[ACTION ITEM] Exact copies are required of the lines from the line containing "# Croquis2 →" through the final line of the listing, both included, and of no other lines.

[SUPPLIED RECORDS]

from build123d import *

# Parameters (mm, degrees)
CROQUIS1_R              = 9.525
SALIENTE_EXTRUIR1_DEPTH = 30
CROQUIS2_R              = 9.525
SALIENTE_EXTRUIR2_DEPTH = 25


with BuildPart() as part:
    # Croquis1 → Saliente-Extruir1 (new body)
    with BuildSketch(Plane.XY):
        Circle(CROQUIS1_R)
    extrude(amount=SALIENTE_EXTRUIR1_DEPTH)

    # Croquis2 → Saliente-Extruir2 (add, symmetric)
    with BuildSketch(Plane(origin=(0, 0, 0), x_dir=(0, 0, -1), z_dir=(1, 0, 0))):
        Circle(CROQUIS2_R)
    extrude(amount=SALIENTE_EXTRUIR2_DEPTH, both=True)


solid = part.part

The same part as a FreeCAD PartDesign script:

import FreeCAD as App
import Part
import Sketcher

doc = App.newDocument("Part")
body = doc.addObject("PartDesign::Body", "Body")

# Sketch on XY plane
sketch1 = body.newObject("Sketcher::SketchObject", "Sketch")
sketch1.AttachmentSupport = (doc.getObject("XY_Plane"), [""])
sketch1.MapMode = "FlatFace"
sketch1.addGeometry(Part.Circle(App.Vector(0, 0, 0), App.Vector(0, 0, 1), 10), False)
sketch1.addConstraint([
    Sketcher.Constraint("Coincident", 0, 3, -1, 1),
    Sketcher.Constraint("Diameter", 0, 19.05),
])
pad1 = body.newObject("PartDesign::Pad", "Pad")
pad1.Profile = sketch1
pad1.Length = 30

# Sketch on YZ plane
sketch2 = body.newObject("Sketcher::SketchObject", "Sketch001")
sketch2.AttachmentSupport = (doc.getObject("YZ_Plane"), [""])
sketch2.MapMode = "FlatFace"
sketch2.addGeometry(Part.Circle(App.Vector(0, 0, 0), App.Vector(0, 0, 1), 10), False)
sketch2.addConstraint([
    Sketcher.Constraint("Coincident", 0, 3, -1, 1),
    Sketcher.Constraint("Diameter", 0, 19.05),
])
pad2 = body.newObject("PartDesign::Pad", "Pad001")
pad2.Profile = sketch2
pad2.Length = 50
pad2.Midplane = True

doc.recompute()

[REPLY TO THE EXERCISE]
    # Croquis2 → Saliente-Extruir2 (add, symmetric)
    with BuildSketch(Plane(origin=(0, 0, 0), x_dir=(0, 0, -1), z_dir=(1, 0, 0))):
        Circle(CROQUIS2_R)
    extrude(amount=SALIENTE_EXTRUIR2_DEPTH, both=True)


solid = part.part

The same part as a FreeCAD PartDesign script:

import FreeCAD as App
import Part
import Sketcher

doc = App.newDocument("Part")
body = doc.addObject("PartDesign::Body", "Body")

# Sketch on XY plane
sketch1 = body.newObject("Sketcher::SketchObject", "Sketch")
sketch1.AttachmentSupport = (doc.getObject("XY_Plane"), [""])
sketch1.MapMode = "FlatFace"
sketch1.addGeometry(Part.Circle(App.Vector(0, 0, 0), App.Vector(0, 0, 1), 10), False)
sketch1.addConstraint([
    Sketcher.Constraint("Coincident", 0, 3, -1, 1),
    Sketcher.Constraint("Diameter", 0, 19.05),
])
pad1 = body.newObject("PartDesign::Pad", "Pad")
pad1.Profile = sketch1
pad1.Length = 30

# Sketch on YZ plane
sketch2 = body.newObject("Sketcher::SketchObject", "Sketch001")
sketch2.AttachmentSupport = (doc.getObject("YZ_Plane"), [""])
sketch2.MapMode = "FlatFace"
sketch2.addGeometry(Part.Circle(App.Vector(0, 0, 0), App.Vector(0, 0, 1), 10), False)
sketch2.addConstraint([
    Sketcher.Constraint("Coincident", 0, 3, -1, 1),
    Sketcher.Constraint("Diameter", 0, 19.05),
])
pad2 = body.newObject("PartDesign::Pad", "Pad001")
pad2.Profile = sketch2
pad2.Length = 50
pad2.Midplane = True

doc.recompute()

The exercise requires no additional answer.